In practice: defaults, order, and newer methods
  • In Hugging Face Transformers, sampling only applies when do_sample=True; defaults are top_k=50, top_p=1.0, temperature=1.0.
  • Application order (temperature → k → p) is a common pattern, not a universal guarantee.
  • Even at temperature 0, outputs aren't guaranteed to be perfectly deterministic in practice.
  • Alternatives exist — typical sampling, eta/epsilon-sampling, min-p, Mirostat, and contrastive search.
Sources & further reading

Published by Tech Jacks Solutions · Reviewed June 2026. This lesson explains established decoding concepts and is grounded in the references below; the probabilities in the interactive are illustrative and labelled as such. Parameter defaults and ranges differ by provider and model — always check current vendor docs.

Responsible use & transparency

This is an educational explainer, not professional advice. The bar chart and sampled draws use invented, illustrative probabilities to make the mechanics visible — they are not the output of any specific model. Decoding-parameter names, defaults, and valid ranges differ by provider and model and change over time; verify against the current official documentation before relying on any value.

Tuning these knobs changes how varied or deterministic a model's output is, but it does not make output factual. Higher temperature can increase plausible-sounding but incorrect text. For decisions in medical, legal, financial, or other high-stakes domains, always consult a qualified professional and verify AI output against authoritative sources. See the NIST AI Risk Management Framework for responsible-AI guidance.

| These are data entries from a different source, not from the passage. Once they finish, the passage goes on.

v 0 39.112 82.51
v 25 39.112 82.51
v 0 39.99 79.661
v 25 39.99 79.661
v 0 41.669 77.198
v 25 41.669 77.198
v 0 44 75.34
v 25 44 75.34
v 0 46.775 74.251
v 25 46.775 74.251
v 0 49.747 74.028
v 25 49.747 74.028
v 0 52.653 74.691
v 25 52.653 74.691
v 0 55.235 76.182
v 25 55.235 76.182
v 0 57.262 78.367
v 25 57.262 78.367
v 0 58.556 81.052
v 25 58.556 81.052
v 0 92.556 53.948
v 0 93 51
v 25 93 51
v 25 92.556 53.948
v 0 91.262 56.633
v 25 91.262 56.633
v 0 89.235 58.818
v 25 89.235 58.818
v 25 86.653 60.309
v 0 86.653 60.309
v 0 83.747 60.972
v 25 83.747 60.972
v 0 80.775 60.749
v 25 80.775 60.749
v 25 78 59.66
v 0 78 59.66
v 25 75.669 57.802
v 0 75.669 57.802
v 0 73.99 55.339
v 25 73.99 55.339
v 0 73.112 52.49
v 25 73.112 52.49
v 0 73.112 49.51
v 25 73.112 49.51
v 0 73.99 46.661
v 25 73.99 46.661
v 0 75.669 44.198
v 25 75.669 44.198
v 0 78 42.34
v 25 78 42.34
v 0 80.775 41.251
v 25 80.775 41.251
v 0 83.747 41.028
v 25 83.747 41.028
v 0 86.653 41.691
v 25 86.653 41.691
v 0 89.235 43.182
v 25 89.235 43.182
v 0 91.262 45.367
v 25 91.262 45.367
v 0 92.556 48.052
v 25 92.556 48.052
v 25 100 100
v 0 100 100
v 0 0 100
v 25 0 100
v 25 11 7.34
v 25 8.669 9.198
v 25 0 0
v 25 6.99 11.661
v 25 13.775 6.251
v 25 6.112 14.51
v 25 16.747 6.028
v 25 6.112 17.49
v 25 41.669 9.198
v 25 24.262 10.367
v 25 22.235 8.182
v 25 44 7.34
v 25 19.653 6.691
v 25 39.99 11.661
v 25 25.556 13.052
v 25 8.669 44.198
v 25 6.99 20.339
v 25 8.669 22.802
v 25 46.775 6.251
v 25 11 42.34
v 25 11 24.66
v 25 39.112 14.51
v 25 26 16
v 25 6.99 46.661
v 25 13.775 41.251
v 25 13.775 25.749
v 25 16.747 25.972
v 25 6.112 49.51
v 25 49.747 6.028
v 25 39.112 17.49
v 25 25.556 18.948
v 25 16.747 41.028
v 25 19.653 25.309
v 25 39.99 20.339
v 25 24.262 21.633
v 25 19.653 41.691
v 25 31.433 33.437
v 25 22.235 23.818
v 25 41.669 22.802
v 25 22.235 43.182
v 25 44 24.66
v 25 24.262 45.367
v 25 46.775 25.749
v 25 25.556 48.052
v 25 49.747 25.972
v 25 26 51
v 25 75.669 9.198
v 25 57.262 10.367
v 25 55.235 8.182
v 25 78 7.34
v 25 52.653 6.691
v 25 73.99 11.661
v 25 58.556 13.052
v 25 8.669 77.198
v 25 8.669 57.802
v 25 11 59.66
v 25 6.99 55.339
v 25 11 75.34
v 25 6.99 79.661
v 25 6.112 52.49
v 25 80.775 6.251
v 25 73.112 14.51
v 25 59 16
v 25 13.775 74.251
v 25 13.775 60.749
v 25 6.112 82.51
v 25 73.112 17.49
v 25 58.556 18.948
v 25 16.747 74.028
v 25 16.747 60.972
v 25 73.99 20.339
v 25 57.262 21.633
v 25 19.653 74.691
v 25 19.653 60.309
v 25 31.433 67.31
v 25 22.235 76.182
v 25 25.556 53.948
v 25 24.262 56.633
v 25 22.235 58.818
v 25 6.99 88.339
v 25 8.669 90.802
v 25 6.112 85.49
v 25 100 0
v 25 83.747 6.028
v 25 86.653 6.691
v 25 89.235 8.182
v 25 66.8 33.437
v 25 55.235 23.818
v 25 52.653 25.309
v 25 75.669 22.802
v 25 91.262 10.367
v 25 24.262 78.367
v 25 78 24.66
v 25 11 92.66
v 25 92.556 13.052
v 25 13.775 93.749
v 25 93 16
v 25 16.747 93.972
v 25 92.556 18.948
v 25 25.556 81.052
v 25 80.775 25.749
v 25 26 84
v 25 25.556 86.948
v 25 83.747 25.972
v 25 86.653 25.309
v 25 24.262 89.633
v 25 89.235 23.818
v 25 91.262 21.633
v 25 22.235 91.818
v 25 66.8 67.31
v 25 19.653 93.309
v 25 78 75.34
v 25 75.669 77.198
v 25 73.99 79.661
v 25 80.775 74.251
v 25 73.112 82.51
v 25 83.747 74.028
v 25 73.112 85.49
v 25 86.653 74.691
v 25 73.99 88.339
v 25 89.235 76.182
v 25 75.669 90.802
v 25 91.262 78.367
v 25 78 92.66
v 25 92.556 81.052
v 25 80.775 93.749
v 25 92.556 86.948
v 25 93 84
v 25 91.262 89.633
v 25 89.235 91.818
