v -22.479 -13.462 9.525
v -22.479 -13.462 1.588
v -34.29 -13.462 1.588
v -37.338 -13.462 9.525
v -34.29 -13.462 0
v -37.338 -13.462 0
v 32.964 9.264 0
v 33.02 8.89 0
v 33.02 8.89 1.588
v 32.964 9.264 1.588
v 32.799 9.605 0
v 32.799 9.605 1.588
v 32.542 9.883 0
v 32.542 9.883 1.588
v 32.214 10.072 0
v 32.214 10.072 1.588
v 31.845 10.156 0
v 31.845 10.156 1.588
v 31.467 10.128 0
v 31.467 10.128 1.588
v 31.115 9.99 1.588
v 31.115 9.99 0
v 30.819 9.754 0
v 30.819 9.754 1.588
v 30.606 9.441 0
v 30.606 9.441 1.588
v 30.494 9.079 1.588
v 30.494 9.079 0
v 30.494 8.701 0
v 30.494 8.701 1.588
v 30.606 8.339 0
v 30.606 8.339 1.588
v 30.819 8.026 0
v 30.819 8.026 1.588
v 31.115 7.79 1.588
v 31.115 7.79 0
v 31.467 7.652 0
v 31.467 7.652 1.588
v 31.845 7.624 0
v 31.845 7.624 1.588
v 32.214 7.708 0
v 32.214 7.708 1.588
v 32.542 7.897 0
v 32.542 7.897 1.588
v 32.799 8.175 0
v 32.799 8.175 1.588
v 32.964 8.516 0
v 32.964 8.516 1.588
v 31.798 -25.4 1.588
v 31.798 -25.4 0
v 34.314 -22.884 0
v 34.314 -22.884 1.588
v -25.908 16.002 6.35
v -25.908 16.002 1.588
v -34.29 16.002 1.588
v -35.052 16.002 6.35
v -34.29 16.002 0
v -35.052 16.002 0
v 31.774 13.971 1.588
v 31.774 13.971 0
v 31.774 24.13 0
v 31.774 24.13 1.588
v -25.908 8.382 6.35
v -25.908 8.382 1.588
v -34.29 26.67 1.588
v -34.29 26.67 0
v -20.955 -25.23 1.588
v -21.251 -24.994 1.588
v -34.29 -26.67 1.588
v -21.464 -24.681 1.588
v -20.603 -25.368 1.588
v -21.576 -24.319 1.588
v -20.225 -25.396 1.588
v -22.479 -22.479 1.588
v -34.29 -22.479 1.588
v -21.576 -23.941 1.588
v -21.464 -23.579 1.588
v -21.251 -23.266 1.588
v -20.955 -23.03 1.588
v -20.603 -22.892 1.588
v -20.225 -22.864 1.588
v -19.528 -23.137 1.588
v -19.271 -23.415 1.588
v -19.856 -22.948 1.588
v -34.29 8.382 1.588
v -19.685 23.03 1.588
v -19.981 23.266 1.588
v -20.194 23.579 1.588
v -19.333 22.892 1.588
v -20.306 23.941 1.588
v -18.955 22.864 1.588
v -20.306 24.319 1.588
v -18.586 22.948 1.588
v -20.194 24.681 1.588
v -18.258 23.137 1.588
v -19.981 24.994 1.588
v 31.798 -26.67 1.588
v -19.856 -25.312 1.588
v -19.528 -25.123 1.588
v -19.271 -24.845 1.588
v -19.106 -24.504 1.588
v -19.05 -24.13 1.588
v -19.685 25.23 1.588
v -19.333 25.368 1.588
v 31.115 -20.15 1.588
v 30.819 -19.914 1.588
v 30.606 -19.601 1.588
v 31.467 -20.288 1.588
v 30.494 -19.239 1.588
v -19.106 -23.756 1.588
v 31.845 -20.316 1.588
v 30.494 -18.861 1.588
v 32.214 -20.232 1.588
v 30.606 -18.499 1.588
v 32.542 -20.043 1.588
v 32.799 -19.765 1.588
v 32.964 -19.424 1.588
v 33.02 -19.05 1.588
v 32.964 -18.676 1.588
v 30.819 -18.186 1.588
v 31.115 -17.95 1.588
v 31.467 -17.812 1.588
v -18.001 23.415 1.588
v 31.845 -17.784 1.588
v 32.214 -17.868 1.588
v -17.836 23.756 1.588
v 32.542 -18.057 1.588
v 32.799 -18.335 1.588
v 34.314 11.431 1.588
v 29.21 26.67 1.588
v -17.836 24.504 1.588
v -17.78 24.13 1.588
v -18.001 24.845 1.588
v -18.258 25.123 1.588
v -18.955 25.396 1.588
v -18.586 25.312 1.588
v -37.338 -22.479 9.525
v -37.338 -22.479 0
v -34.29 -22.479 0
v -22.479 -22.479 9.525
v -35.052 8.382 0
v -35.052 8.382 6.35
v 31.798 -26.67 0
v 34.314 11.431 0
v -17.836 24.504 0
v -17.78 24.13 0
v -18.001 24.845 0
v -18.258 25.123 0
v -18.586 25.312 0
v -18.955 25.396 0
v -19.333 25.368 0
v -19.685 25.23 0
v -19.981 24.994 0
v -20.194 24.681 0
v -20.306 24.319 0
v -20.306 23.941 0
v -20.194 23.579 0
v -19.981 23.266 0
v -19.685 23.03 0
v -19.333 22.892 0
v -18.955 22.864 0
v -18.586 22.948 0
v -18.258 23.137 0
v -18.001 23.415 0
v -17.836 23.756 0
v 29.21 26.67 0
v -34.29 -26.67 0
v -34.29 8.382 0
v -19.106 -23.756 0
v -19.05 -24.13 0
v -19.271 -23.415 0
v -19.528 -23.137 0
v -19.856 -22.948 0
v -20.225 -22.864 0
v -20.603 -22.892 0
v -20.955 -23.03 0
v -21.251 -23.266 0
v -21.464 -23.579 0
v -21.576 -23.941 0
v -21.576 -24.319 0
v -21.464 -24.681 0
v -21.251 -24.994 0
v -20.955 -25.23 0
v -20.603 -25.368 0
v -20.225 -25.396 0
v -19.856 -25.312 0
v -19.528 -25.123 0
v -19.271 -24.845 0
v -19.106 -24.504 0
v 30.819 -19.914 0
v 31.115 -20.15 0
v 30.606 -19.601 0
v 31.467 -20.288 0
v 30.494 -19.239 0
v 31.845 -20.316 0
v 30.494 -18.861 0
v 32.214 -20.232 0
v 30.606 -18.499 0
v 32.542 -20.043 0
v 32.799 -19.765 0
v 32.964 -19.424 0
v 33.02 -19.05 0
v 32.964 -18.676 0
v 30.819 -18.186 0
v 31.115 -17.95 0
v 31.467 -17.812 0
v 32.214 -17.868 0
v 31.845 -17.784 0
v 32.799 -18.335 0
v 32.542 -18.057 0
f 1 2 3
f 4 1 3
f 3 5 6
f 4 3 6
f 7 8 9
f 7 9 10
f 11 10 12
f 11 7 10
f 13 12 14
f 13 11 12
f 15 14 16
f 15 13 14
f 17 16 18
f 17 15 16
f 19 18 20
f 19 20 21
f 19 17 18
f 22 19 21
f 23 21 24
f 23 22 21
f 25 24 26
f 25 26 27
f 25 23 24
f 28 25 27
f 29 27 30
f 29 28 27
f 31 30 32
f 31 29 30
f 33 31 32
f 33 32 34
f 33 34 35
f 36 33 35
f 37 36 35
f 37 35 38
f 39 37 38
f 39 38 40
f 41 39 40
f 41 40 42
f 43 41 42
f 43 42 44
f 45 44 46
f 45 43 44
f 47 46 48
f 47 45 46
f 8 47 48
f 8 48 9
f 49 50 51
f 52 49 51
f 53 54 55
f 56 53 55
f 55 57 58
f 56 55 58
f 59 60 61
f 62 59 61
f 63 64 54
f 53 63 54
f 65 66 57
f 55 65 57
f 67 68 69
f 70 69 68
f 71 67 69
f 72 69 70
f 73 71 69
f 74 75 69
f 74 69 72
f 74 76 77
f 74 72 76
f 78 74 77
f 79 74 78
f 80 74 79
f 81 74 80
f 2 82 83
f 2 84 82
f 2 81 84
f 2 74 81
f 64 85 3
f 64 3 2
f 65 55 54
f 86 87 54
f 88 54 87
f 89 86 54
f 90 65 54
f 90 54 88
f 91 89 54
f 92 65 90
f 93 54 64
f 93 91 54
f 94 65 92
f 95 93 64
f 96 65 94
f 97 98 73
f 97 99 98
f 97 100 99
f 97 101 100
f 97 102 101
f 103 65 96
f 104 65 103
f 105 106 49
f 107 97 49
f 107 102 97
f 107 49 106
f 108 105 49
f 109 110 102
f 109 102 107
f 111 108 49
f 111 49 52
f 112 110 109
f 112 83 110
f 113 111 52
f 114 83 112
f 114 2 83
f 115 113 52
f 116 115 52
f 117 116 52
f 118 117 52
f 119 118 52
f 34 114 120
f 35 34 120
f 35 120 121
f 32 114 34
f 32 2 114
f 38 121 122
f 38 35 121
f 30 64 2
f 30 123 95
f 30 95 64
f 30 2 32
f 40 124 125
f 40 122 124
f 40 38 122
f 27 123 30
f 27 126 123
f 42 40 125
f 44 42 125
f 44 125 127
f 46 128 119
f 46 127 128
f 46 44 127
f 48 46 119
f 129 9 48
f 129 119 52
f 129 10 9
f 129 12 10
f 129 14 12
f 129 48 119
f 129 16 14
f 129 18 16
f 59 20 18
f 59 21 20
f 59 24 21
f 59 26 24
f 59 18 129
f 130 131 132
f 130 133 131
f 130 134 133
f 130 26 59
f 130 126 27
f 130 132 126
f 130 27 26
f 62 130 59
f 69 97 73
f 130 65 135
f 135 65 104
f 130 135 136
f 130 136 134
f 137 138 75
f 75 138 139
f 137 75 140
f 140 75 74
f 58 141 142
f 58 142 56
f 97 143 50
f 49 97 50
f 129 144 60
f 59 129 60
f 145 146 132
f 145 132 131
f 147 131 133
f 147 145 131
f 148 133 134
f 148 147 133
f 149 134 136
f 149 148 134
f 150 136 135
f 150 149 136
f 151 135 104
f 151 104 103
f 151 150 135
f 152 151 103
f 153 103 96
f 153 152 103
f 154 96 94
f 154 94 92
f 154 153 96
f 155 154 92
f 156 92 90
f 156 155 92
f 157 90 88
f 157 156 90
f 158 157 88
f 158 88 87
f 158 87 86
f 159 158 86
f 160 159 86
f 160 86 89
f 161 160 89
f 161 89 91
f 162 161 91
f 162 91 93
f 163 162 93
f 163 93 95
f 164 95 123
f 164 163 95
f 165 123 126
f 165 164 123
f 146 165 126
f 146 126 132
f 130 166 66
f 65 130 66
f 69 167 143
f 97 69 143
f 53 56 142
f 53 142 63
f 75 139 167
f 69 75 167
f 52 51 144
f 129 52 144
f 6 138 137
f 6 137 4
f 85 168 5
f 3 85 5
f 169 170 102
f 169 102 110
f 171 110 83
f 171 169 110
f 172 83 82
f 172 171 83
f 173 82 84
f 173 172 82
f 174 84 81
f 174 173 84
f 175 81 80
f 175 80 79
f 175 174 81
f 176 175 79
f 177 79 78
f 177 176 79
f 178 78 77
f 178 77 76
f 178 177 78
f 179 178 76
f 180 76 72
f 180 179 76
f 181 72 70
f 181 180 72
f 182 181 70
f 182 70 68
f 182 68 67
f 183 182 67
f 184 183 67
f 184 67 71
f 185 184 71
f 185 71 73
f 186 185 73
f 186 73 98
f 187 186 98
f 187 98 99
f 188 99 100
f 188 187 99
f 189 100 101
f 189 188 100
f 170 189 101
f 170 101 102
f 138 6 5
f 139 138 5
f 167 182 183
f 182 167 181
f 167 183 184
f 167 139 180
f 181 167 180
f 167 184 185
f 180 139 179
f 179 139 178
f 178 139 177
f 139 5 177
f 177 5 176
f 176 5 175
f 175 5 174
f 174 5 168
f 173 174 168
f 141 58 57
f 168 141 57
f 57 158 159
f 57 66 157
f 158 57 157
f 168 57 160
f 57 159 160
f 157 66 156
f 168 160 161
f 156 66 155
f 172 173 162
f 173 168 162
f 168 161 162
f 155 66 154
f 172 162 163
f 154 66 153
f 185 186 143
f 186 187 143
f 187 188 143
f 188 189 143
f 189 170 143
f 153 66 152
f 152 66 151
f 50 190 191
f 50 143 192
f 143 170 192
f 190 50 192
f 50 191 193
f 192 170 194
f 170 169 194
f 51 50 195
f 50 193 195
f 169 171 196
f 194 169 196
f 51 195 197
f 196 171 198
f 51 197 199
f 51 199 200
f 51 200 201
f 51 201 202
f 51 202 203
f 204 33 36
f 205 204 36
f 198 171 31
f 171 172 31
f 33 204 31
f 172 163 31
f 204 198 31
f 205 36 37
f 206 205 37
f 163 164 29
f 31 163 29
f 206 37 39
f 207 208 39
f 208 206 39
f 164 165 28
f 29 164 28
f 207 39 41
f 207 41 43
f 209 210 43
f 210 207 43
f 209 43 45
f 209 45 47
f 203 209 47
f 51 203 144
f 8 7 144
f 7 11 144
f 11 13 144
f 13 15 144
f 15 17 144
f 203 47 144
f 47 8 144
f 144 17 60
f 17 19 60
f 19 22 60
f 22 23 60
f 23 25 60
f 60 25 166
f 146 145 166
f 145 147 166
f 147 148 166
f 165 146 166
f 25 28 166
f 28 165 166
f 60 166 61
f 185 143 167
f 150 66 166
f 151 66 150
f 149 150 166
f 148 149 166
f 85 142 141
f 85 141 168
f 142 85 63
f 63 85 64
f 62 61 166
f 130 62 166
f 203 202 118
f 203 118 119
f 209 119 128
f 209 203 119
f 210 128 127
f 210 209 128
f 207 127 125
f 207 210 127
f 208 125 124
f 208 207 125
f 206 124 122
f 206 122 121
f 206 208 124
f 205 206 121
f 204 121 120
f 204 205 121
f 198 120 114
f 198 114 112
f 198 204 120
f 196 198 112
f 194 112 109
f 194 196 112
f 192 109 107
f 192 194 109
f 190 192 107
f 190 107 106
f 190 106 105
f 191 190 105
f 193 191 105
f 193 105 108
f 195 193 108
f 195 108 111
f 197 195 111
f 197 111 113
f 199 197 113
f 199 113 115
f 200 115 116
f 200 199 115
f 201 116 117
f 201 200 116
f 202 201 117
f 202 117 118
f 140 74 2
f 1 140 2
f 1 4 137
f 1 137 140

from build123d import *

# Parameters (mm, degrees)
F0_R     = 1.27
F1_DEPTH = 1.5875
F0_W     = 8.382
F0_H     = 7.62
F0_W_2   = 0.762
F2_DEPTH = 6.35
F0_W_3   = 11.811
F0_H_2   = 9.017
F0_W_4   = 3.048
F3_DEPTH = 9.525


with BuildPart() as f1:
    # F0 (on Top) → F1 (new body)
    with BuildSketch(Plane.XY):
        Polygon((-34.29, -26.67), (31.79811, -26.67), (31.79811, -25.4), (34.314021, -22.884089), (34.314021, 11.430663), (31.774021, 13.970663), (31.774021, 24.13), (29.21, 26.67), (-34.29, 26.67), (-34.29, 16.002), (-25.908, 16.002), (-25.908, 8.382), (-34.29, 8.382), (-34.29, -13.462), (-22.479, -13.462), (-22.479, -22.479), (-34.29, -22.479), align=None)
        with Locations((-20.32, -24.13)):
            Circle(F0_R, mode=Mode.SUBTRACT)
        with Locations((31.75, -19.05)):
            Circle(F0_R, mode=Mode.SUBTRACT)
        with Locations((-19.05, 24.13)):
            Circle(F0_R, mode=Mode.SUBTRACT)
        with Locations((31.75, 8.89)):
            Circle(F0_R, mode=Mode.SUBTRACT)
    extrude(amount=F1_DEPTH)

    # F0 (on Top) → F2 (join)
    with BuildSketch(Plane.XY):
        with Locations((-30.099, 12.192)):
            Rectangle(F0_W, F0_H)
        with Locations((-34.671, 12.192)):
            Rectangle(F0_W_2, F0_H)
    extrude(amount=F2_DEPTH)

    # F0 (on Top) → F3 (join)
    with BuildSketch(Plane.XY):
        with Locations((-28.3845, -17.9705)):
            Rectangle(F0_W_3, F0_H_2)
        with Locations((-35.814, -17.9705)):
            Rectangle(F0_W_4, F0_H_2)
    extrude(amount=F3_DEPTH)


solid = f1.part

Decoding & sampling — in one page

Tech Jacks Solutions · AI Knowledge Hub · educational summary

The setup

At each step a model outputs a probability for every possible next token (a softmax over the vocabulary). Decoding is the rule that turns that list into one chosen token, repeated step by step.

Greedy decoding

Always take the single highest-probability token. Simple, but tends toward bland, repetitive text (Holtzman et al., 2019). It is the temperature→0 limit of temperature sampling.

Temperature

Scales (divides) the logits before the softmax. Low temperature sharpens the distribution (more deterministic); high temperature flattens it (more diverse). T=1 leaves the raw distribution unchanged. Ranges/defaults are provider-specific (OpenAI 0–2; Anthropic 0.0–1.0).

Top-k vs top-p (truncation)

Top-k keeps the k highest-probability tokens (a fixed count) and renormalizes. Top-p (nucleus) keeps the smallest set of tokens whose cumulative probability is at least p (a fixed mass), so its candidate count adapts per step. Truncation chooses which tokens are eligible; temperature shapes their probabilities.

In practice

In Hugging Face, sampling applies only with do_sample=True (defaults top_k=50, top_p=1.0, temperature=1.0). A common order (and the one this lesson's interactive uses) is temperature → top-k → top-p — temperature scales the logits before truncation, matching Hugging Face's warper sequence — but it's implementation-dependent (Anthropic documents a different order). Even at temperature 0 output isn't guaranteed perfectly deterministic. Providers suggest tuning either temperature or top_p, not both. Newer methods: typical, eta/epsilon, min-p, Mirostat, contrastive search.